Political interference tops banking risks
1 February 2010
The greatest threat facing the international banking industry is not financial - it's political, according to a global survey by PricewaterhouseCoopers and the Centre for the Study of Financial Information. For the first time in the 15 year history of 'Banking Banana Skins', political interference was rated the number one risk to banks internationally.
Credit risk and too much regulation rounded out the top three concerns among the survey respondents - 443 bankers, observers and regulators.
All three types of respondents shared the view that the 'politicisation' of banks posed a major threat, but for different reasons. Bankers feel politics could distort their lending decisions. Non-bankers believe that bank rescues have created a 'moral hazard' - that is, an expectation by banks that they will always be bailed out - and would encourage reckless attitudes. Regulators are worried that an early withdrawal of government support before banks are stabilised could trigger another global financial collapse.
Mike Codling, PricewaterhouseCoopers Banking Leader said, "It's ironic that politics should emerge as a risk to banking when in fact many banks had to be rescued courtesy of politicians and public funds. But clearly the relationship between banks and the wider community has been severely weakened, particularly in the US and Europe."
"Rebuilding trust is going to take years," said Mr Codling "and the risk is that until it is, banks will operate under financial handicaps."
"Indeed, just last week we saw Barack Obama backing plans to restrict banks' activities, and Gordon Brown and Nicolas Sarkozy calling for a tax on bonuses and predicting further tough measures to ensure that in the future, taxpayers won't have to pay for the risks taken by banks."
Knee-jerk reaction concerns
Hand in glove with 'political intervention' is a fear of excessive regulatory intervention (No.3) in the wake of the crisis. Respondents are concerned that the new wave of regulation being proposed could potentially weaken rather than strengthen the banks and the wider economy.
"This year's survey is a well timed reminder that the cumulative effect of current regulatory initiatives may have unintended consequences. Regaining the confidence of the regulators is critical if bankers want to control their own destiny."
In Australia, too much regulation was actually the highest ranked risk. This is consistent with concerns recently expressed by leading Australian bankers that new regulations, such as the proposed new liquidity rules, would stifle the economic recovery.
"While Australia's banking system has remained relatively resilient, we're no doubt going to see higher capital ratios and liquidity levels. These days we're a strong member of the international regulatory community, which is a good thing generally. But our banks didn't suffer like many of those in the US and Europe and our regulators need to be careful not to apply a 'one size fits all' approach."

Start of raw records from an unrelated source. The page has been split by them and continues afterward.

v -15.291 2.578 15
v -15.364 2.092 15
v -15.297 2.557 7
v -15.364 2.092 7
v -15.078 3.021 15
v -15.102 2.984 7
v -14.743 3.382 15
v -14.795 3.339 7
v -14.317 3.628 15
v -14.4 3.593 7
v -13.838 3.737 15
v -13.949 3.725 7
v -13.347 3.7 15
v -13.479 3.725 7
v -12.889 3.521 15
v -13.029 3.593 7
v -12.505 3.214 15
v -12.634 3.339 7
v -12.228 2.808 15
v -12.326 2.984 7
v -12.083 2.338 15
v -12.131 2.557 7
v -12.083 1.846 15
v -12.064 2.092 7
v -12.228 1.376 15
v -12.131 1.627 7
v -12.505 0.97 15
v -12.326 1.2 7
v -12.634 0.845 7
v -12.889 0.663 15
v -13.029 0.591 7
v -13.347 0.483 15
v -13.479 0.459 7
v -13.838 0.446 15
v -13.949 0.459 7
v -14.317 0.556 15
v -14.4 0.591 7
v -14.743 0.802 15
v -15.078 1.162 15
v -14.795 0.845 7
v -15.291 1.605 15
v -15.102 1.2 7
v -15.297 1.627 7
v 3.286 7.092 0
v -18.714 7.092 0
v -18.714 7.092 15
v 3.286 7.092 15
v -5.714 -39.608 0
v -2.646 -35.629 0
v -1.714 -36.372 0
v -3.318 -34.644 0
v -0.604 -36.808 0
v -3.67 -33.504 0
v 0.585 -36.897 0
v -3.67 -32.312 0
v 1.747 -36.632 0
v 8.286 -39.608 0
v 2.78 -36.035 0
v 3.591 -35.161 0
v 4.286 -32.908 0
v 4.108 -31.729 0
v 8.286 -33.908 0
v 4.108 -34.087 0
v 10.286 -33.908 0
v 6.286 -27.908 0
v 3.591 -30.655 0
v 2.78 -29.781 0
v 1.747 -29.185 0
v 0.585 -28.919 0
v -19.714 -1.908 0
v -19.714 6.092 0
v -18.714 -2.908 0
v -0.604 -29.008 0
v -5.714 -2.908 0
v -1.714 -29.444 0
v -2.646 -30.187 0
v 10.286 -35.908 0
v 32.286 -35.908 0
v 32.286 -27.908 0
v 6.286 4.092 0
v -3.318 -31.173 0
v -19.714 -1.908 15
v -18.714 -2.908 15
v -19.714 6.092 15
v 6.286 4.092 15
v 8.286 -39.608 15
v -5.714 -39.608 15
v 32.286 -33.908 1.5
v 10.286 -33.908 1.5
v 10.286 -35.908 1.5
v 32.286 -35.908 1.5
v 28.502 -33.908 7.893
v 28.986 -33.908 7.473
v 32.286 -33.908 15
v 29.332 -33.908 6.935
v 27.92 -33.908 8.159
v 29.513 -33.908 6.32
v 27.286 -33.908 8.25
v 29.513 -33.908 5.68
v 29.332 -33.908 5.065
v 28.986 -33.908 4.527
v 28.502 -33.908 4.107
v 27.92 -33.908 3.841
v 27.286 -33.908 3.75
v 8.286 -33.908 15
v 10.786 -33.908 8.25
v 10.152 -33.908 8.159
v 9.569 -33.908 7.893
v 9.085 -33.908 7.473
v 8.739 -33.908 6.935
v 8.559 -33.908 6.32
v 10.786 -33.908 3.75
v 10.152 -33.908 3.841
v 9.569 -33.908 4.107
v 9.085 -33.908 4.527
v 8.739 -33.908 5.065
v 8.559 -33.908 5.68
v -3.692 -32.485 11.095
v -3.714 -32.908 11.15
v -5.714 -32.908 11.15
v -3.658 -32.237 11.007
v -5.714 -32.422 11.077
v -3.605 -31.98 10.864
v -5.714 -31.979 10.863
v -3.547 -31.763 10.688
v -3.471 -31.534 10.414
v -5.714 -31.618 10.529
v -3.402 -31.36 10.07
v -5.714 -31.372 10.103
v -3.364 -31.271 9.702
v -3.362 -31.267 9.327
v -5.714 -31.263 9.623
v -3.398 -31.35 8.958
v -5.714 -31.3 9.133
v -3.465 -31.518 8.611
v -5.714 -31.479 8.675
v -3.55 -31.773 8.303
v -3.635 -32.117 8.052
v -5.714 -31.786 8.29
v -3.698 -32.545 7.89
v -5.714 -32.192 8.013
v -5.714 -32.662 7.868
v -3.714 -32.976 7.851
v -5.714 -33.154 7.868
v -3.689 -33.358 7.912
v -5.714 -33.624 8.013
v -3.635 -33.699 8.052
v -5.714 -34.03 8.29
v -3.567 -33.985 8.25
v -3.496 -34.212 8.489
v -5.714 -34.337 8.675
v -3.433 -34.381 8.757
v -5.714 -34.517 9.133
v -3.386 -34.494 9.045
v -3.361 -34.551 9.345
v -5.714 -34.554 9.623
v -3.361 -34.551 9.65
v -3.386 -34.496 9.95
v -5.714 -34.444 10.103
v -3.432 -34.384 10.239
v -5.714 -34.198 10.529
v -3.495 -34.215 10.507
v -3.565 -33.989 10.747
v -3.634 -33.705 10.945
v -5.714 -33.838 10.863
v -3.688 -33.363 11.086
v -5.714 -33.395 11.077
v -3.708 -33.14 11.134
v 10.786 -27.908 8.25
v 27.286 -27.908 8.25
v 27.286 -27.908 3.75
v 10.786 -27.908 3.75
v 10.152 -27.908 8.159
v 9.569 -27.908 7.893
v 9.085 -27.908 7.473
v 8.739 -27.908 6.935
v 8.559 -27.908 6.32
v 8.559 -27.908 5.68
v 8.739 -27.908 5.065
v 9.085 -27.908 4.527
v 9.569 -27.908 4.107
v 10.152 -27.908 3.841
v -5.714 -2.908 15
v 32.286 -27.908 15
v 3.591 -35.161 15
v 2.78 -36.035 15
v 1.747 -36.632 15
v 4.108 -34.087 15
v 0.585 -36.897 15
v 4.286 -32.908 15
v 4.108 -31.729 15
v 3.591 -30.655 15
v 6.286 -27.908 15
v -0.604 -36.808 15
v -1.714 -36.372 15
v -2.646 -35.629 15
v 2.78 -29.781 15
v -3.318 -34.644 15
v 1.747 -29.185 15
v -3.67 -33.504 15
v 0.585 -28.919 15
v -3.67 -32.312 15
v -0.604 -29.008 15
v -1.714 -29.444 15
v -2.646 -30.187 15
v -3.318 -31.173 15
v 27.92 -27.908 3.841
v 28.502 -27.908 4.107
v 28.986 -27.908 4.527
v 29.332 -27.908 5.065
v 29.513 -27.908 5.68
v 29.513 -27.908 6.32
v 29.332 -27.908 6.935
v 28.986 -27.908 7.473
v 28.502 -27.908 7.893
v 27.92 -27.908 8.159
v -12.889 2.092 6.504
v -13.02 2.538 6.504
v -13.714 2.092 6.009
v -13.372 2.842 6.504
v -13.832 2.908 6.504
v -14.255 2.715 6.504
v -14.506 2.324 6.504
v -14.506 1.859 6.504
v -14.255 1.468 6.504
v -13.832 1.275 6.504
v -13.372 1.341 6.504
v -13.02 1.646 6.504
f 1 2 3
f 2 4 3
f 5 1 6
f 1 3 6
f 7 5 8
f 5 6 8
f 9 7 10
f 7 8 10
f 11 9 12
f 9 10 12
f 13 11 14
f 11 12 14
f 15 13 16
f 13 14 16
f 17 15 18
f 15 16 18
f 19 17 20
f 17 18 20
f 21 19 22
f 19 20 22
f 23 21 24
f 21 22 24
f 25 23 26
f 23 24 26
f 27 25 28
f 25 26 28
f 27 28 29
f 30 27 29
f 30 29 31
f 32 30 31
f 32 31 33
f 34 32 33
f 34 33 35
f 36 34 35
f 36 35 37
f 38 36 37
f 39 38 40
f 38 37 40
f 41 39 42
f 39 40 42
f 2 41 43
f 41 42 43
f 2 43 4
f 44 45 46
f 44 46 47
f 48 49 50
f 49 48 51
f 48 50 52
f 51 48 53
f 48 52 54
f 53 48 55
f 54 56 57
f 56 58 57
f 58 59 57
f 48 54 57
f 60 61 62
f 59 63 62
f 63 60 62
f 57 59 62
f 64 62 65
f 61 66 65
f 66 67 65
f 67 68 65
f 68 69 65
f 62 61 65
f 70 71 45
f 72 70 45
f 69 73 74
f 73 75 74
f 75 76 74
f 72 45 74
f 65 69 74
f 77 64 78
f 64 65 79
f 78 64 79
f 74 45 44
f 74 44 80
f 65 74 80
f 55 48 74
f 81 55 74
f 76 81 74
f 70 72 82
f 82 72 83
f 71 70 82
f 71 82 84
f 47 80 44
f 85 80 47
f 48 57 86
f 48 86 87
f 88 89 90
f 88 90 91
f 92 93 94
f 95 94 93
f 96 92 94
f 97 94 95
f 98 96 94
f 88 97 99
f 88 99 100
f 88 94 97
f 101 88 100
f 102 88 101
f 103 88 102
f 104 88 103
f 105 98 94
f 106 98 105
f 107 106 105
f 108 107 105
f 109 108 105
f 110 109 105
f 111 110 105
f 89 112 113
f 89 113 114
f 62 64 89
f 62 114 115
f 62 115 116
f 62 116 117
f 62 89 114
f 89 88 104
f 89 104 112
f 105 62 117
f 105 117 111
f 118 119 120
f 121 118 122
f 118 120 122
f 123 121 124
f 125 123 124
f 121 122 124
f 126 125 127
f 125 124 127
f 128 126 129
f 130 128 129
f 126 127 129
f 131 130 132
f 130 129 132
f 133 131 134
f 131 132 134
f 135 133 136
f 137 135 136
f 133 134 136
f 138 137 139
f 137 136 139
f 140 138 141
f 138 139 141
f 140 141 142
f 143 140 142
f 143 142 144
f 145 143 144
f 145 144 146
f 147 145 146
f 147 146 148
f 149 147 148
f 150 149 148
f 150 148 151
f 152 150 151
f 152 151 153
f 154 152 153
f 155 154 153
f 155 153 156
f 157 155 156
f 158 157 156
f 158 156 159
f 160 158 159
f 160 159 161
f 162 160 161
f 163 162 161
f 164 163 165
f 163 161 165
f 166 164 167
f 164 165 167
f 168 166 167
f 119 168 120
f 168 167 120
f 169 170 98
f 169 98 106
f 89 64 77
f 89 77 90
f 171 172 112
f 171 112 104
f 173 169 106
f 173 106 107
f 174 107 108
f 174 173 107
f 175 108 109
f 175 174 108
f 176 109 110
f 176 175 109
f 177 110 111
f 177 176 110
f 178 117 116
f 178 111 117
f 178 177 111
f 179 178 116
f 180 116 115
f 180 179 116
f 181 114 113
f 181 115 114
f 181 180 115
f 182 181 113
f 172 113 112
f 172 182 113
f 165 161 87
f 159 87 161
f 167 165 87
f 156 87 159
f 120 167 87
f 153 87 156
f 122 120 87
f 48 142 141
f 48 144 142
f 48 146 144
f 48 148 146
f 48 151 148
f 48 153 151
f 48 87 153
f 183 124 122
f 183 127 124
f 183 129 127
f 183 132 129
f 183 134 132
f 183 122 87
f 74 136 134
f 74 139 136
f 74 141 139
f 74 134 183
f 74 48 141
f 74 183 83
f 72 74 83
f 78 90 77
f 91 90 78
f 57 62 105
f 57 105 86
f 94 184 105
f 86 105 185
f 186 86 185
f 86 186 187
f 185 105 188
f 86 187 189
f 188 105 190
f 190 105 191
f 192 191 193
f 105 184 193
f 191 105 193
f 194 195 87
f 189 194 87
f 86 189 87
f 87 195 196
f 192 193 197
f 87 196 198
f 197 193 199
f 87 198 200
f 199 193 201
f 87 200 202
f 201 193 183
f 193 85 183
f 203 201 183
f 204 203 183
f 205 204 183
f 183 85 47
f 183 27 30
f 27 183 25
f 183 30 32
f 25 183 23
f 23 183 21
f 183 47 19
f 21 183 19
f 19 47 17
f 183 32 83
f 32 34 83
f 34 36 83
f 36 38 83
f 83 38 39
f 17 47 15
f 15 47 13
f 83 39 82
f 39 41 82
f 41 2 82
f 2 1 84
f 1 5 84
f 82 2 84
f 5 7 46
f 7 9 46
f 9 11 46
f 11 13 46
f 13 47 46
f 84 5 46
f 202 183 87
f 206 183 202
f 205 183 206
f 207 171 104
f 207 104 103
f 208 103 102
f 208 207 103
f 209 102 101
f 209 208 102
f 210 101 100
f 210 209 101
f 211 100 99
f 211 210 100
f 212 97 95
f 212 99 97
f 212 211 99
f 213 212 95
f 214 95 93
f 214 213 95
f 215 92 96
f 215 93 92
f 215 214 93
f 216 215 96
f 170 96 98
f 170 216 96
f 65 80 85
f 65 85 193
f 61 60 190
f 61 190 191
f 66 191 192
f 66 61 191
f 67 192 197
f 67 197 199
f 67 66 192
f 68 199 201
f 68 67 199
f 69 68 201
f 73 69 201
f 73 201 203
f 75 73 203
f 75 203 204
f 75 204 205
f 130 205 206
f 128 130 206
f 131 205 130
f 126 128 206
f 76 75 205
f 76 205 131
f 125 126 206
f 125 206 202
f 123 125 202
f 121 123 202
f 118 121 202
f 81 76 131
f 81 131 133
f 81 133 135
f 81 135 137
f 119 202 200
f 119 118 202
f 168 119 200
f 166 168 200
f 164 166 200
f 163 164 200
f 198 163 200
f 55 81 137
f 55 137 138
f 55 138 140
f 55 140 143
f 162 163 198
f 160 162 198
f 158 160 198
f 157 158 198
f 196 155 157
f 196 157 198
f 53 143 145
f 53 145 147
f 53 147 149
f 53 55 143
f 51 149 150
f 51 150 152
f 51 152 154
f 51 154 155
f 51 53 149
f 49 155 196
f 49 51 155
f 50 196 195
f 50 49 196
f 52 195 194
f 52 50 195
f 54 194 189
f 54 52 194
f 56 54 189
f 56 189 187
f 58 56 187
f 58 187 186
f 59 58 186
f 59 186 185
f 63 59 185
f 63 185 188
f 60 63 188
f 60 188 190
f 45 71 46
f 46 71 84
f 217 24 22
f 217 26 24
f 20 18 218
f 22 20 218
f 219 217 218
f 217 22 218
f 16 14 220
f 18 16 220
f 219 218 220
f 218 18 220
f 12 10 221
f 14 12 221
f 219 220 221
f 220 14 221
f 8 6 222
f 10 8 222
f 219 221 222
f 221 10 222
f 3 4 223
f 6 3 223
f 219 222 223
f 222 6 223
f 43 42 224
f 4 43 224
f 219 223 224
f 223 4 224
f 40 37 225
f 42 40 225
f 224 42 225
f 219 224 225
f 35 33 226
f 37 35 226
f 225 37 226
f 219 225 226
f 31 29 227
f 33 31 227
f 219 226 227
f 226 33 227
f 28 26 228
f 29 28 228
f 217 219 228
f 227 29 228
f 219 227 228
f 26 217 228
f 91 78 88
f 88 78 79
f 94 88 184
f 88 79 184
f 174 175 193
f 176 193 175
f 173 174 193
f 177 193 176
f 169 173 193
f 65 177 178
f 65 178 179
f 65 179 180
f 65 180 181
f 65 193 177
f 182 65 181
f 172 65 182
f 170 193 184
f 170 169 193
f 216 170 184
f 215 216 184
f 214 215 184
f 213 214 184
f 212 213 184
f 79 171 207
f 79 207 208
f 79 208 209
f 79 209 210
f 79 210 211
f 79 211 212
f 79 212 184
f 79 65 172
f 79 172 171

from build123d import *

# Parameters (mm, degrees)
SKETCH1_R                  = 4
BOSS_EXTRUDE1_DEPTH        = 15
SKETCH2_W                  = 22
SKETCH2_H                  = 1.5
BOSS_EXTRUDE2_DEPTH        = 2
CUT_EXTRUDE1_DEPTH         = 50.923615123
M4X0_7_TAPPED_HOLE1_REACH  = 58.902
M4X0_7_TAPPED_HOLE1_BORE_R = 1.65
M4X0_7_TAPPED_HOLE2_D      = 3.3
M4X0_7_TAPPED_HOLE2_DEPTH  = 8
M4X0_7_TAPPED_HOLE2_TIP    = 0.991420021
CHAMFER1_SIZE              = 1
CHAMFER2_SIZE              = 3


with BuildPart() as part:
    # Sketch1 → Boss-Extrude1 (new body)
    with BuildSketch(Plane.XY):
        Polygon((-19.714285714, 7.091836735), (6.285714286, 7.091836735), (6.285714286, -27.908163265), (32.285714286, -27.908163265), (32.285714286, -33.908163265), (8.285714286, -33.908163265), (8.285714286, -39.608163265), (-5.714285714, -39.608163265), (-5.714285714, -2.908163265), (-19.714285714, -2.908163265), align=None)
        with Locations((0.285714286, -32.908163265)):
            Circle(SKETCH1_R, mode=Mode.SUBTRACT)
    extrude(amount=BOSS_EXTRUDE1_DEPTH)

    # Sketch2 → Boss-Extrude2 (add)
    with BuildSketch(Plane.XZ.offset(33.908163265)):
        with Locations((21.285714286, 0.75)):
            Rectangle(SKETCH2_W, SKETCH2_H)
    extrude(amount=BOSS_EXTRUDE2_DEPTH)

    # Sketch3 → Cut-Extrude1 (cut, through all)
    with BuildSketch(Plane(origin=(0, -27.908163265, 0), x_dir=(1, 0, 0), z_dir=(0, 1, 0))):
        with BuildLine():
            Line((10.785714286, -3.75), (27.285714286, -3.75))
            ThreePointArc((27.285714286, -3.75), (29.535714286, -6), (27.285714286, -8.25))
            Line((27.285714286, -8.25), (10.785714286, -8.25))
            ThreePointArc((10.785714286, -8.25), (8.535714286, -6), (10.785714286, -3.75))
        make_face()
    extrude(amount=-CUT_EXTRUDE1_DEPTH, mode=Mode.SUBTRACT)

    # M4x0.7 Tapped Hole1 bore → M4x0.7 Tapped Hole1 (cut, up to next)
    with BuildSketch(Plane.ZY.offset(5.714285714), mode=Mode.PRIVATE) as m4x0_7_tapped_hole1_sk1:
        with Locations((9.5, -32.908163265)):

Project risk the hidden enemy
Mr Codling said, "It is strange that project risk doesn't feature at all among the responses. To a degree it's understandable given the range of challenges bankers have had to deal with. But looking ahead, it could be a hidden enemy."
A gathering of Chief Risk Officers agreed that in the years leading up to the GFC, Australian banks had lost more money due to project risk that from all other categories of risk put together.
"Project risk has to be high up in the minds of Australian bankers right now. Given the majors all have existing integration projects, and large-scale technology improvement plans, the ability to execute and manage project risk is a critical success factor and a route to differentiation."
Macro-economic fears
The fragile state of the global economy (No. 4) combined with the risk of severe credit losses (No.2) has raised fears of not only a 'double-dip' recession but that bankers will be unprepared to respond.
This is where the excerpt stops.